It is printing correctly but I have confusion that whenever I write just msg, it gives me Your ?@ and whenever I write msg[option-1], it gives me full message of Your name is bilal. I am not understanding the cause of [option-1]. Why it is used and what is it's function?
#include <stdio.h>
#define MAX_LEN 256
int main(){
FILE * fp = fopen("file.txt","r");
int option;
char word[MAX_LEN];
static const char * const msg[] = {
"Name",
"Date of Birth",
"ID Card Number",
"Phone Number",
"Address",
"Account",
"Fixing Year",
"Amount" };
for (option = 1; option <= sizeof(msg)/sizeof(char *); ++option)
printf("%d. Your %s:\n", option, msg[option-1]);
fclose(fp);
return 0;
}
The conversion specifier %s is designed to output strings. It expects an argument of the type char *.
The array msg is declared like
static const char * const msg[] = {
//...
that is its elements have the type char *. The array itself used in expressions has the type char **. So it may be supplied to the conversion specifier %s.

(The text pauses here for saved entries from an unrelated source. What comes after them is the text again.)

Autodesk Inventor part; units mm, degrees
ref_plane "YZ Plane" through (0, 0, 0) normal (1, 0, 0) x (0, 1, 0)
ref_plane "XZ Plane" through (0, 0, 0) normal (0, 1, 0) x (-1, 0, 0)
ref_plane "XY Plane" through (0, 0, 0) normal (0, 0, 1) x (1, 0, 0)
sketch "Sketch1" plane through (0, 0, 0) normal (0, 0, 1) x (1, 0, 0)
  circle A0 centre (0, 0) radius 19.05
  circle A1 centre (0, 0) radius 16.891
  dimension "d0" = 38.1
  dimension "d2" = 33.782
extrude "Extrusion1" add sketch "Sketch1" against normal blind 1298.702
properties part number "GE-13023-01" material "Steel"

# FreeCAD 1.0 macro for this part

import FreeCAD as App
import Part
import Sketcher

V = App.Vector
Q = App.Units.Quantity

doc = App.newDocument("Part")
body = doc.addObject("PartDesign::Body", "Body")

# Sketch on XY plane
sketch1 = body.newObject("Sketcher::SketchObject", "Sketch")
sketch1.AttachmentSupport = (doc.getObject("XY_Plane"), [""])
sketch1.MapMode = "FlatFace"
sketch1.addGeometry([
    Part.Circle(V(0, 0, 0), V(0, 0, 1), 19),
    Part.Circle(V(0, 0, 0), V(0, 0, 1), 17),
], False)
sketch1.addConstraint([
    Sketcher.Constraint("Coincident", 0, 3, -1, 1),
    Sketcher.Constraint("Coincident", 1, 3, -1, 1),
    Sketcher.Constraint("Diameter", 0, Q("1.5 in")),
    Sketcher.Constraint("Diameter", 1, Q("1.33 in")),
])
pad1 = body.newObject("PartDesign::Pad", "Pad")
pad1.Profile = sketch1
pad1.Length = Q("51.13 in")
pad1.Reversed = True

doc.recompute()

The valid range of indices to access elements of the array is [ 0, sizeod( msg ) / sizeof( char * ) ) while in the loop shown below the index variable is changed from [1, sizeof( msg ) / sizeod( char * ) + 1 ).
That is in this loop
for (option = 1; option <= sizeof(msg)/sizeof(char *); ++option)
indices start fro 1. So to output correctly an element of the array you have to use the expression option - 1 as an index and the expression msg[option-1] has the required type char * that is expected by the conversion specifier of the call of prontf.
printf("%d. Your %s:\n", option, msg[option-1]);
That is the selected from the array string is outputted.